Here's the thing: prompt engineering isn't magic. It's not about finding secret incantations or Claude-whispering techniques. It's a learnable skill with clear patterns and principles.
And it's probably the highest ROI skill you can learn right now. Ten minutes learning prompt engineering will save you hours of frustration.
Let me show you how to go from "ChatGPT won't do what I want" to "I can make any LLM do exactly what I need." No fluff. Just practical techniques that actually work.
Why Prompt Engineering Actually Matters
"Can't I just ask nicely and hope for the best?"
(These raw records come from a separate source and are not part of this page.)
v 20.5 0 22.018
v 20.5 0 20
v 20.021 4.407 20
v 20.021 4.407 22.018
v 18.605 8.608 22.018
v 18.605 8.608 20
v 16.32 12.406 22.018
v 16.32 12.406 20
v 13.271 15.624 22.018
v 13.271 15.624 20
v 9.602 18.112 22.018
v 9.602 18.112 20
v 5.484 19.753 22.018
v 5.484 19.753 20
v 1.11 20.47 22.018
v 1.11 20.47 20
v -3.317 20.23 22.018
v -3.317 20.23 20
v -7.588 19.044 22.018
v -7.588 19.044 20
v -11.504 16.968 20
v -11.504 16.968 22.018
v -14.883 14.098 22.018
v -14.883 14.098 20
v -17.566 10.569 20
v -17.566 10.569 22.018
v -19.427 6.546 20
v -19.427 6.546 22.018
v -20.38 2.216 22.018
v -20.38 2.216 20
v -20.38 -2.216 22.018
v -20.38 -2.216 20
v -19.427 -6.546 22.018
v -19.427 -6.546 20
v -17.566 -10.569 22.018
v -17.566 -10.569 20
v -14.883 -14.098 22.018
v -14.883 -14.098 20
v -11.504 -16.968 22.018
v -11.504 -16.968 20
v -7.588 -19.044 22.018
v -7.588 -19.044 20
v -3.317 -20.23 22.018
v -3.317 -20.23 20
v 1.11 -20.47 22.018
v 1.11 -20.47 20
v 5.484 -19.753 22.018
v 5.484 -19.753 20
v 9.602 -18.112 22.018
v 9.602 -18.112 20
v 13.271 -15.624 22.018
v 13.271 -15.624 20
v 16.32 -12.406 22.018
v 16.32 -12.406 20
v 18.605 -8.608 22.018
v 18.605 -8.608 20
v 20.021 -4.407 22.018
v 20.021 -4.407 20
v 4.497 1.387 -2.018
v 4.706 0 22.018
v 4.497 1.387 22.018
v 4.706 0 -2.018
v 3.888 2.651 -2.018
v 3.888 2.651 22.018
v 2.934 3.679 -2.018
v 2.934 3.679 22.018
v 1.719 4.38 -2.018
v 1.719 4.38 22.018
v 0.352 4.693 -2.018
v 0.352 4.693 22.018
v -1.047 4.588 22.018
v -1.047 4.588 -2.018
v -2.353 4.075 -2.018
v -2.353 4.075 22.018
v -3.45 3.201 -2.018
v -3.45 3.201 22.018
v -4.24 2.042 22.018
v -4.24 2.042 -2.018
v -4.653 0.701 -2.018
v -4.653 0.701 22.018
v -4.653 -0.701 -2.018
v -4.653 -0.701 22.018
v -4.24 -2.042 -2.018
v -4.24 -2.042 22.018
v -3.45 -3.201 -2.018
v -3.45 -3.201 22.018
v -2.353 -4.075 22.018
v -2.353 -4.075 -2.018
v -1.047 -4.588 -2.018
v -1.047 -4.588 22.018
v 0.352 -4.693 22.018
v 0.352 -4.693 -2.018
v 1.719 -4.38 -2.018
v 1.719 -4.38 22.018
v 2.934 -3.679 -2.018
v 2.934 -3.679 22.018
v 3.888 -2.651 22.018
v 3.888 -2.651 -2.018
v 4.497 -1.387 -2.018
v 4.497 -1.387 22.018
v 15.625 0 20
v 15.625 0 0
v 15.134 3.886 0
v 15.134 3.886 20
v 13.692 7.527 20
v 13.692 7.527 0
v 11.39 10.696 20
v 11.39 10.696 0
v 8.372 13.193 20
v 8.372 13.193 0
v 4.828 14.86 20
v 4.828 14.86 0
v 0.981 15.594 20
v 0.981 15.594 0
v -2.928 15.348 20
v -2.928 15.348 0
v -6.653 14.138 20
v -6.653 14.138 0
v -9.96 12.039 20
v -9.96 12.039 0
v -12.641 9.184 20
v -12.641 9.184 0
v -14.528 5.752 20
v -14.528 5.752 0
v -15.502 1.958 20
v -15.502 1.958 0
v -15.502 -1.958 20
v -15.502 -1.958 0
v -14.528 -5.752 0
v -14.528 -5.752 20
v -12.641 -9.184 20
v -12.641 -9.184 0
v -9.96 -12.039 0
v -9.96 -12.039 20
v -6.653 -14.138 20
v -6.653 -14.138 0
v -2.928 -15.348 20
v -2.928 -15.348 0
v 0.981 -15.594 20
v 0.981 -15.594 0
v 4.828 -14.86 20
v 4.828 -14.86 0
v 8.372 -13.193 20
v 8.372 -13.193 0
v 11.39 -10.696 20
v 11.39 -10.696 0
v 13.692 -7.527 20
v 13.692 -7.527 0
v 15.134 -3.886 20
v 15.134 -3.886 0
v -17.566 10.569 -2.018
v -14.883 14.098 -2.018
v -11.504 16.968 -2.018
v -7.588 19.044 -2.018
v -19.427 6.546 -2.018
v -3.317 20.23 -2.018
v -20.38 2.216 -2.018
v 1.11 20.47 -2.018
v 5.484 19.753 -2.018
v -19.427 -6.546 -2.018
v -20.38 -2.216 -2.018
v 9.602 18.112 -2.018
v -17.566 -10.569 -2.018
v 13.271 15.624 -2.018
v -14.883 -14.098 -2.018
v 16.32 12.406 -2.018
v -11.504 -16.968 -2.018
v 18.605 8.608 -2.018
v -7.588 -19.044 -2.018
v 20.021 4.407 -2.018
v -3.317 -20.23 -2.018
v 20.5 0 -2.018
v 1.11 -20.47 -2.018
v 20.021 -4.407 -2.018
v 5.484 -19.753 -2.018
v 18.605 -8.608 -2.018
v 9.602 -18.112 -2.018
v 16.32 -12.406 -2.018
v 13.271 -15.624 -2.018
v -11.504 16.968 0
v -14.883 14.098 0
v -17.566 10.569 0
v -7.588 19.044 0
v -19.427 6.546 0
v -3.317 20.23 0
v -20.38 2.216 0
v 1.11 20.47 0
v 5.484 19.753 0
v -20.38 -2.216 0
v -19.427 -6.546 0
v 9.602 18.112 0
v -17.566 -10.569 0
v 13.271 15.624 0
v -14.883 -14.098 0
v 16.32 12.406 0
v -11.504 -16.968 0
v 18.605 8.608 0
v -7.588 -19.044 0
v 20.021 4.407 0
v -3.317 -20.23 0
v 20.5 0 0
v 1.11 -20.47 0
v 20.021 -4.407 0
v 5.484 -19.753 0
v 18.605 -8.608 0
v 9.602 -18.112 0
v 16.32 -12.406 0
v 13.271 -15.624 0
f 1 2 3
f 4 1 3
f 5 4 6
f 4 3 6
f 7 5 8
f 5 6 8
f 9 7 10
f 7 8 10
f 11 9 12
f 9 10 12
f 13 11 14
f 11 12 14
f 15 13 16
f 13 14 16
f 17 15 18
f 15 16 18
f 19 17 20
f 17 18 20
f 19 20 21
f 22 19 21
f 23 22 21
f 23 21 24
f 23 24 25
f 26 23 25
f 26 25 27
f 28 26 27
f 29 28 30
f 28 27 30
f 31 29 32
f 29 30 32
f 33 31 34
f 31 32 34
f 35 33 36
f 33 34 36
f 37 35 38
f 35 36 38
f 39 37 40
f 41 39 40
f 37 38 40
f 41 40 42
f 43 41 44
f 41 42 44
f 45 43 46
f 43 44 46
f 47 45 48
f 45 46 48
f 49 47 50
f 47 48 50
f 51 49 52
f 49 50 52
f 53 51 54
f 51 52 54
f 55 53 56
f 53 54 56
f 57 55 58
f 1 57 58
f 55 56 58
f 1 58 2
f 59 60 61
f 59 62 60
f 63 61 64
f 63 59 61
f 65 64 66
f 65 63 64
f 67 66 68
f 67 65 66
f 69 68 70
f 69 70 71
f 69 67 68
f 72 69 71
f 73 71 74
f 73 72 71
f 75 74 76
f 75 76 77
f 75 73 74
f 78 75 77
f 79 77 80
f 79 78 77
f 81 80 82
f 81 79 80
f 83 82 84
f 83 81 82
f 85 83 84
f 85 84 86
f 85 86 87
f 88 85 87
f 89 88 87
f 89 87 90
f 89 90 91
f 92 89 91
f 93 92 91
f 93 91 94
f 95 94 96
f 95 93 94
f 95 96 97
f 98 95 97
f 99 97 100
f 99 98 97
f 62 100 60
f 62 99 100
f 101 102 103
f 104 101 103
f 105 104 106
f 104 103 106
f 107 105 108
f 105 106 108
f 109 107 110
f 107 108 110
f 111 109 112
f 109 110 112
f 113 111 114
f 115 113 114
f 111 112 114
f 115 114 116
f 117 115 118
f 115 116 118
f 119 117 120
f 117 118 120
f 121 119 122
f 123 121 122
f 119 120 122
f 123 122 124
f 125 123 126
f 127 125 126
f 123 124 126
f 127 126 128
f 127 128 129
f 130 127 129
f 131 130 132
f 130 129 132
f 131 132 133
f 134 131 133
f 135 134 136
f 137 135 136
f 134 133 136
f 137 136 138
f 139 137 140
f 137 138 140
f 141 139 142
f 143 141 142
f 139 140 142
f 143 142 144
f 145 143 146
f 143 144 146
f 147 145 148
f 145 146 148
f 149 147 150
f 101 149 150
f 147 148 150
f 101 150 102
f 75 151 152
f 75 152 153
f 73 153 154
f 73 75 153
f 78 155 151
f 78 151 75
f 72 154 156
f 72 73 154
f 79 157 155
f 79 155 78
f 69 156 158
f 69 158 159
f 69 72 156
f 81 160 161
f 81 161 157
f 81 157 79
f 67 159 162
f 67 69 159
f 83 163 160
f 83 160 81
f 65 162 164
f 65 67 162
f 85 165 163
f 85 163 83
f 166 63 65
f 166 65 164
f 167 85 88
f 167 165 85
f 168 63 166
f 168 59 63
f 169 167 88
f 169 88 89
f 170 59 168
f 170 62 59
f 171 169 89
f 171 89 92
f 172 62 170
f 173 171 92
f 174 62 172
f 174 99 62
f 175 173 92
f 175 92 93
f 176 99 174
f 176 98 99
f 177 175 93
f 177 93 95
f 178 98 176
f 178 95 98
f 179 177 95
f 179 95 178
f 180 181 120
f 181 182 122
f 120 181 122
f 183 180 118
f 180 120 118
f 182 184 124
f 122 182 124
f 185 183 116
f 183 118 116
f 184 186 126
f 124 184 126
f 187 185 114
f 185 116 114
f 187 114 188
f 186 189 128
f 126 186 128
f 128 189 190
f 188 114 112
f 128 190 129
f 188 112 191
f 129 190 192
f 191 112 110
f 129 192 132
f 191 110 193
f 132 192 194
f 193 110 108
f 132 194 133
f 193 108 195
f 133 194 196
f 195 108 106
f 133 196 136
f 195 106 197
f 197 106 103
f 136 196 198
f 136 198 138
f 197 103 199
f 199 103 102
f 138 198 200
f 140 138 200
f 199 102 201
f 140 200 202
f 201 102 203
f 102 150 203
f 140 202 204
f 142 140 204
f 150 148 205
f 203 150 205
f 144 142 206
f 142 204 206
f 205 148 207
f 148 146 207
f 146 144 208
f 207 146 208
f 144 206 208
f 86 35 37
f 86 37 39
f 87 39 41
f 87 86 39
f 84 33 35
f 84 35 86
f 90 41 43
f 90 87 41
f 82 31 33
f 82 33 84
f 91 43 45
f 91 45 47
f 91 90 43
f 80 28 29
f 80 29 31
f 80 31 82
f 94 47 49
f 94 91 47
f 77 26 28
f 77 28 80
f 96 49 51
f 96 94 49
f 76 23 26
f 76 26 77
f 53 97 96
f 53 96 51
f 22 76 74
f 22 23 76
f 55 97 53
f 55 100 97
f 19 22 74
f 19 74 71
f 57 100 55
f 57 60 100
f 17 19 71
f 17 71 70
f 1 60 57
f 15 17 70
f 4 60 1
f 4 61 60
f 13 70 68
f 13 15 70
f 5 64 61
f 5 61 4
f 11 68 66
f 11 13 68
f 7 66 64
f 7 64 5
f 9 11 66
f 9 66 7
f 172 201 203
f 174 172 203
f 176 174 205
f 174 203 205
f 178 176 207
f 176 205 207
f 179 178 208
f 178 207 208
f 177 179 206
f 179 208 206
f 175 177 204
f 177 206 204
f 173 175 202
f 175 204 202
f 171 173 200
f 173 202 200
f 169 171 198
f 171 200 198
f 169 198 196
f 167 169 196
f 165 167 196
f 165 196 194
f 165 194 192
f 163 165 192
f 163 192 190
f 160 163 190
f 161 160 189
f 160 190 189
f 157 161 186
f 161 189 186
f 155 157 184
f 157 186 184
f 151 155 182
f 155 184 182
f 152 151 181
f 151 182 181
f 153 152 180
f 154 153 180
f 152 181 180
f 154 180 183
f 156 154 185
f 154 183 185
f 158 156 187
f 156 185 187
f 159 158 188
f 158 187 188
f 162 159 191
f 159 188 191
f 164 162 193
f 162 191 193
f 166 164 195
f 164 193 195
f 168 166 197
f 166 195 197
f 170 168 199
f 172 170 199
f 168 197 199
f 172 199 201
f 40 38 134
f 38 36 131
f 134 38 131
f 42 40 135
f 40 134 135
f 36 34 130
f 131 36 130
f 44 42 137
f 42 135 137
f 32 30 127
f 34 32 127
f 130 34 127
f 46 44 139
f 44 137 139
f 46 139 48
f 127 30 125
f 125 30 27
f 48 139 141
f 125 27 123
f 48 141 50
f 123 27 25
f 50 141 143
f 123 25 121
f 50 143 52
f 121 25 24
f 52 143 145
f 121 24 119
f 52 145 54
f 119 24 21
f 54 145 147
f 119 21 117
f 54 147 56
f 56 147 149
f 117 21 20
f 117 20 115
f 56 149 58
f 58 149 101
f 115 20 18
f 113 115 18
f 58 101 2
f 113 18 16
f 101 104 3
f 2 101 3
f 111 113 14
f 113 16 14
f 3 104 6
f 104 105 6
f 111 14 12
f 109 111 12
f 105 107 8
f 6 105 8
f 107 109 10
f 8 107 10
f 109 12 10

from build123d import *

# Parameters (mm, degrees)
F0_R          = 15.625
F0_R_2        = 5.715
F1_DEPTH      = 20
F2_R          = 5.715
F2_R_2        = 4.70576
F3_DEPTH      = 2.01848
F3_DEPTH_BACK = 22.01848
F4_R          = 20.5
F4_R_2        = 5.715
F5_DEPTH      = 2.01848
F6_R          = 20.5
F6_R_2        = 5.715
F7_DEPTH      = 2.01848


with BuildPart() as f1:
    # F0 (on Top) → F1 (new body)
    with BuildSketch(Plane.XY):
        Circle(F0_R)
        Circle(F0_R_2, mode=Mode.SUBTRACT)
    extrude(amount=F1_DEPTH)

    # F2 (on face) → F3 (join, two sides)
    with BuildSketch(Plane.XY.offset(20)) as f3_sk:
        Circle(F2_R)
        Circle(F2_R_2, mode=Mode.SUBTRACT)
    extrude(amount=F3_DEPTH)
    extrude(f3_sk.sketch, amount=-F3_DEPTH_BACK)

    # F4 (on face) → F5 (join)
    with BuildSketch(Plane.XY.offset(20)):
        Circle(F4_R)
        Circle(F4_R_2, mode=Mode.SUBTRACT)
    extrude(amount=F5_DEPTH)

    # F6 (on face) → F7 (join)
    with BuildSketch(Plane(origin=(0, 0, 0), x_dir=(1, 0, 0), z_dir=(0, 0, -1))):
        Circle(F6_R)
        Circle(F6_R_2, mode=Mode.SUBTRACT)
    extrude(amount=F7_DEPTH)


solid = f1.part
You could. But you'll waste a lot of time.
Bad prompting:
Takes 10+ attempts to get what you want
Results are inconsistent
You can't reproduce good outputs
Feels like you're fighting the AI
Good prompting:
First attempt usually works
Results are consistent and predictable
You can reuse successful patterns
Feels like you're directing the AI
Real example from my life:
Bad prompt:
Write a product description for a headphone
Result: Generic, boring, could be any headphone.
Good prompt:
You are a product copywriter for a premium audio brand.
Write a product description for noise-canceling headphones targeting remote workers who need to focus in noisy environments.
Format:
- Opening hook (1 sentence addressing the pain point)
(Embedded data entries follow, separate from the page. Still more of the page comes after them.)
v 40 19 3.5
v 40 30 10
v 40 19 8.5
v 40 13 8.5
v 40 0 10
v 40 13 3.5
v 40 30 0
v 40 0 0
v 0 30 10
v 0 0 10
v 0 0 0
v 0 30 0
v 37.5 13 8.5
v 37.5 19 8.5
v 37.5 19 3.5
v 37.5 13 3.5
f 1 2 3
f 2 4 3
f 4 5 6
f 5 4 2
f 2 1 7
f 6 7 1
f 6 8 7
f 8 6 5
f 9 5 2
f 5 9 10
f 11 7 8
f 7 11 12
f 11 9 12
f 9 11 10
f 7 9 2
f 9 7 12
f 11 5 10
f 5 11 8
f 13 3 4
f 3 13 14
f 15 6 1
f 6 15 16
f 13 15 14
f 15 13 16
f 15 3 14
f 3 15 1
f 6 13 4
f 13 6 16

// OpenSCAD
// units=mm — generated by scad_emitter.py
// part=unnamed
$fn = 48;

difference() { cube([40, 30, 10]); translate([37.5, 13, 3.5]) cube([3, 6, 5]); }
- 3 key benefits with specific details
- Call-to-action
Tone: Professional but conversational. Emphasize productivity gains.
Example benefit format:
"[Feature]: [Specific outcome for user]"
Length: 100-150 words
Result: Exactly what I needed, first try.
The difference? Structure, specificity, and context.
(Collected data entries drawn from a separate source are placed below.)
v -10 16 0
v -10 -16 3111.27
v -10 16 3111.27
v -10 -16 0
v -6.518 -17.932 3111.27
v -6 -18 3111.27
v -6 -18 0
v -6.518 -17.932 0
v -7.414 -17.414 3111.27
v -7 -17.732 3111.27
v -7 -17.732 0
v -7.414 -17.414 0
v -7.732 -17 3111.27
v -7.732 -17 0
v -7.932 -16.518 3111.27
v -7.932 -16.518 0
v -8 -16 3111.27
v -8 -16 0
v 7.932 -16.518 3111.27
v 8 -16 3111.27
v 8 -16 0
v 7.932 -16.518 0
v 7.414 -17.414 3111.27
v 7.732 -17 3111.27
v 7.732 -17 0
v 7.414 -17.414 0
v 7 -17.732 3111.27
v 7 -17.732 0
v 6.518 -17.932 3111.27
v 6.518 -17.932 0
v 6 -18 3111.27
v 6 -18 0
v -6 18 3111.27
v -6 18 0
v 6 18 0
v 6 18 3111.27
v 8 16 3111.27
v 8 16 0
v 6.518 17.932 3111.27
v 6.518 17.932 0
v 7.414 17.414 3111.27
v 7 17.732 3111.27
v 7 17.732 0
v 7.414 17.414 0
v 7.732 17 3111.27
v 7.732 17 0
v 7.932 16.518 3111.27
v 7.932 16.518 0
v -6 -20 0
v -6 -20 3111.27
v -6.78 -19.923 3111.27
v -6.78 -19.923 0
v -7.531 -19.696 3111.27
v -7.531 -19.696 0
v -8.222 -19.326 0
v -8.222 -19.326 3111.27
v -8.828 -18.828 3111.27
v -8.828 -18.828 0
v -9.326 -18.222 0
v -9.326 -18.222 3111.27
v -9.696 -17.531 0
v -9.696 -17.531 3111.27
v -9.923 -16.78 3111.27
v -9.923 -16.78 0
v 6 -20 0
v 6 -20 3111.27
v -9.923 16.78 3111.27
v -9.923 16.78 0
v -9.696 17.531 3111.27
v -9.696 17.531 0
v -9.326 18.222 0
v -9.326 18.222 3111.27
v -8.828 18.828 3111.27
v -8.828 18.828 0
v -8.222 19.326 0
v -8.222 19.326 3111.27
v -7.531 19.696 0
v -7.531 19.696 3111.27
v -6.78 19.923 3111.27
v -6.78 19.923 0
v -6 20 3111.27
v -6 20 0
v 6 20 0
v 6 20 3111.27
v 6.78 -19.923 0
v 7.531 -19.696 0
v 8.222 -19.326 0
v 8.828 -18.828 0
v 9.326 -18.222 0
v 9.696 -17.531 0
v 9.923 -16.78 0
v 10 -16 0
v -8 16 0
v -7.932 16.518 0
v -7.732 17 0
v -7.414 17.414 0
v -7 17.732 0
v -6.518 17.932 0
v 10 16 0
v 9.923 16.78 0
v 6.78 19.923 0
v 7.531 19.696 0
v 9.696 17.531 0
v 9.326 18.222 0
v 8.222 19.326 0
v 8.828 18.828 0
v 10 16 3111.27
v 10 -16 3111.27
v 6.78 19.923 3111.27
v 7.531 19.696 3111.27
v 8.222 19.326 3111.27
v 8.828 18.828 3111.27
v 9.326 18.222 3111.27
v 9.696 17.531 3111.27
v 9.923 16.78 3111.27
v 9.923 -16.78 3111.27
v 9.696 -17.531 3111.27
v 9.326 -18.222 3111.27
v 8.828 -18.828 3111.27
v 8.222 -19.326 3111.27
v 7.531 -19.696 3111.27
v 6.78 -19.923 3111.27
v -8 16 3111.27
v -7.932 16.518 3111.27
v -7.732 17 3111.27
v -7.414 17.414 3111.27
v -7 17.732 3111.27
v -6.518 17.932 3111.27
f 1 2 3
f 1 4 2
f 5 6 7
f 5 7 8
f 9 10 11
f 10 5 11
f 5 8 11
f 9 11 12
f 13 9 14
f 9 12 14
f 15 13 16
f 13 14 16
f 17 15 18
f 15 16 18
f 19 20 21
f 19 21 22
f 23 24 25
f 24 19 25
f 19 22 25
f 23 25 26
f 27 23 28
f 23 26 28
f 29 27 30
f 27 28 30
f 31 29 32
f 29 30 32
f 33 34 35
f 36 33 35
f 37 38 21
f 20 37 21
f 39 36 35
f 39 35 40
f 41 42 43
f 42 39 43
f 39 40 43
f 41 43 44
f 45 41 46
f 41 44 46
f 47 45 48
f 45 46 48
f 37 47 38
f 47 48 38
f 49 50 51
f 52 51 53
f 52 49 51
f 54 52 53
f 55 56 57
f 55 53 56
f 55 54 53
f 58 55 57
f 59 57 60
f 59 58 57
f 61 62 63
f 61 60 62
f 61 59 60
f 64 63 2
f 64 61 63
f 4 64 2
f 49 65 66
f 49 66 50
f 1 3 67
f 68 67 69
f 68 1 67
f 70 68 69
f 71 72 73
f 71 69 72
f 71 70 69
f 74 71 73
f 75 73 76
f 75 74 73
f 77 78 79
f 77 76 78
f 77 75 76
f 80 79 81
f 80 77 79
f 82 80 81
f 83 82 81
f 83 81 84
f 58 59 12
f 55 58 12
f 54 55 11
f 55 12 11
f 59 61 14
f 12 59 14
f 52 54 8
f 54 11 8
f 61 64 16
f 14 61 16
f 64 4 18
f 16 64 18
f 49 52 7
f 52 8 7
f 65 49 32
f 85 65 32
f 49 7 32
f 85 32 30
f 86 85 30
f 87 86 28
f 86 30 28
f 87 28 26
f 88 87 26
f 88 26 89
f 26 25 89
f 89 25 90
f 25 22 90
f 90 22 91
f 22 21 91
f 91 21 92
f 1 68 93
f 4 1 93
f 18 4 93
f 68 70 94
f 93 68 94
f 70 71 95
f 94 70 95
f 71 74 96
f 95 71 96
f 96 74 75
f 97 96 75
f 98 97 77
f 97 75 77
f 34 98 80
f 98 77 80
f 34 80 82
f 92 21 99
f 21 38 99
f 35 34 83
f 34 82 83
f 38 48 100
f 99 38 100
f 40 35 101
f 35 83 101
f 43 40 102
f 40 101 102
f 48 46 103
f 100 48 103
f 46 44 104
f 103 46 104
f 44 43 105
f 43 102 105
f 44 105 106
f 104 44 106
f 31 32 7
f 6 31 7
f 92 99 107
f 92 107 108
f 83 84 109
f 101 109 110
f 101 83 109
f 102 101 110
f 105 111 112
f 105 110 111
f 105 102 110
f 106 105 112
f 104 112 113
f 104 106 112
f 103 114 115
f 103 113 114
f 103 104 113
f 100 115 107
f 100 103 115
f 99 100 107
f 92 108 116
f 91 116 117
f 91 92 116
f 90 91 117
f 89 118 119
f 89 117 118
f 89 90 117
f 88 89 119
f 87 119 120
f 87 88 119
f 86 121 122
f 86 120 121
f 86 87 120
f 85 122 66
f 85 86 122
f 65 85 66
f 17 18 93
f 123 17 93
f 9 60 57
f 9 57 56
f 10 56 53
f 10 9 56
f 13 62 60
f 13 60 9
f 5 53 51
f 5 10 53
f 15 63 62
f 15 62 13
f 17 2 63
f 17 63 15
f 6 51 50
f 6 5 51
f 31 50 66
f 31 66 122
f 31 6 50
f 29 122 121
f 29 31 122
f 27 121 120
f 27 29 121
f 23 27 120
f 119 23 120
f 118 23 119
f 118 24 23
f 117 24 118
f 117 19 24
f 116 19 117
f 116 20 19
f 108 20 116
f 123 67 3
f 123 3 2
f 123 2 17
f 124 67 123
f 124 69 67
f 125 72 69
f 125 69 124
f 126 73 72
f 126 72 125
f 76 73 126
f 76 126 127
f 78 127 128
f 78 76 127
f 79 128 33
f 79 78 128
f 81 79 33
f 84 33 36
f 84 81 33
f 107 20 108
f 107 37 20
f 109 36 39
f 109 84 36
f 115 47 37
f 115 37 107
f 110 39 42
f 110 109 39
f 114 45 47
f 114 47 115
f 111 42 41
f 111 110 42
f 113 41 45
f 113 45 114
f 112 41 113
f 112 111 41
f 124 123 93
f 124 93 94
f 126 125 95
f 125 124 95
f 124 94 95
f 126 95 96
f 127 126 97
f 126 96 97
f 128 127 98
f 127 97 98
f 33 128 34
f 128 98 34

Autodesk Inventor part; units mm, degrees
ref_plane "YZ Plane" through (0, 0, 0) normal (1, 0, 0) x (0, 1, 0)
ref_plane "Start Plane" through (0, 0, 0) normal (0, 0, 1) x (1, 0, 0)
ref_plane "End Plane" through (0, 0, 3111.2698) normal (0, 0, 1) x (1, 0, 0)
sketch "Sketch" plane through (0, 0, 0) normal (0, 0, 1) x (1, 0, 0)
  line L0 (-10, -16) -> (-10, 16)
  line L1 (-6, 20) -> (6, 20)
  line L2 (10, 16) -> (10, -16)
  line L3 (6, -20) -> (-6, -20)
  arc A0 (-10, -16) -> (-6, -20) centre (-6, -16) ccw
  arc A1 (10, 16) -> (6, 20) centre (6, 16) ccw
  arc A2 (-6, 20) -> (-10, 16) centre (-6, 16) ccw
  arc A3 (6, -20) -> (10, -16) centre (6, -16) ccw
  arc A4 (-6, 18) -> (-8, 16) centre (-6, 16) ccw
  line L4 (-6, 18) -> (6, 18)
  arc A5 (8, 16) -> (6, 18) centre (6, 16) ccw
  line L5 (8, 16) -> (8, -16)
  arc A6 (6, -18) -> (8, -16) centre (6, -16) ccw
  line L6 (6, -18) -> (-6, -18)
  arc A7 (-8, -16) -> (-6, -18) centre (-6, -16) ccw
  line L7 (-8, -16) -> (-8, 16)
  line L8 (0, 29.1598) -> (0, -29.1598) construction
  line L9 (-15.1598, 0) -> (15.1598, 0) construction
  dimension "d7" = 4
  dimension "d9" = 20
  dimension "d11" = 40
  dimension "d12" = 2
  dimension "d15" = 10
  dimension "d16" = 20
extrude "Body" add sketch "Sketch" along normal up to surface (3111.2698 mm away) from surface at 0
sketch "Sketch3" plane through (0, 0, 0) normal (0, 0, 1) x (1, 0, 0)
  line L0 (0, 0) -> (10, 0)
ref_plane "Work Plane3" through (0, 0, 0) normal (0, -1, 0) x (1, 0, 0)
sketch "Sketch4" plane through (0, 0, 0) normal (0, -1, 0) x (1, 0, 0)
  line L0 (-2, 0) -> (12, 0) projected
  line L1 (-2, 3111.2698) -> (12, 3111.2698) projected
  dimension "d18" = 3111.2698
equation "\"d7\" = G_IR"
equation "\"d9\" = G_W"
equation "\"d11\" = G_H"
equation "\"d12\" = G_T"
equation "\"d15\" = 0.5 * d9"
equation "\"d16\" = 0.5 * d11"
equation "\"d3\" = G_L"
equation "\"G_W\" = 20"
equation "\"G_H\" = 40"
equation "\"G_T\" = 2"
equation "\"G_IR\" = 4"
equation "\"G_L\" = d18"
equation "\"G_OFFSET_START\" = 0"
equation "\"G_OFFSET_END\" = 0"
equation "\"d14\" = G_OFFSET_END + B_L"
equation "\"B_L\" = 3111.26984"
properties part number "ISO 10799-2 - 40x20x2 - 3111,27" material "Steel, Mild"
The Anatomy of a Good Prompt
Every good prompt has five components. Not all prompts need all five, but knowing them gives you options.
1. Role/Context - Who should the AI be?
Give the AI a role. It sounds silly, but it works.
❌ Without role:
Explain quantum computing
✅ With role:
You are a CS professor explaining quantum computing to undergraduate students who have basic knowledge of classical computing but no physics background
Why this works: The AI adjusts its language, assumptions, and depth based on the role.
Other useful roles:
"You are a senior software engineer reviewing code"
"You are a patient teacher explaining to a 10-year-old"
"You are a technical writer creating documentation"
"You are a critical editor providing honest feedback"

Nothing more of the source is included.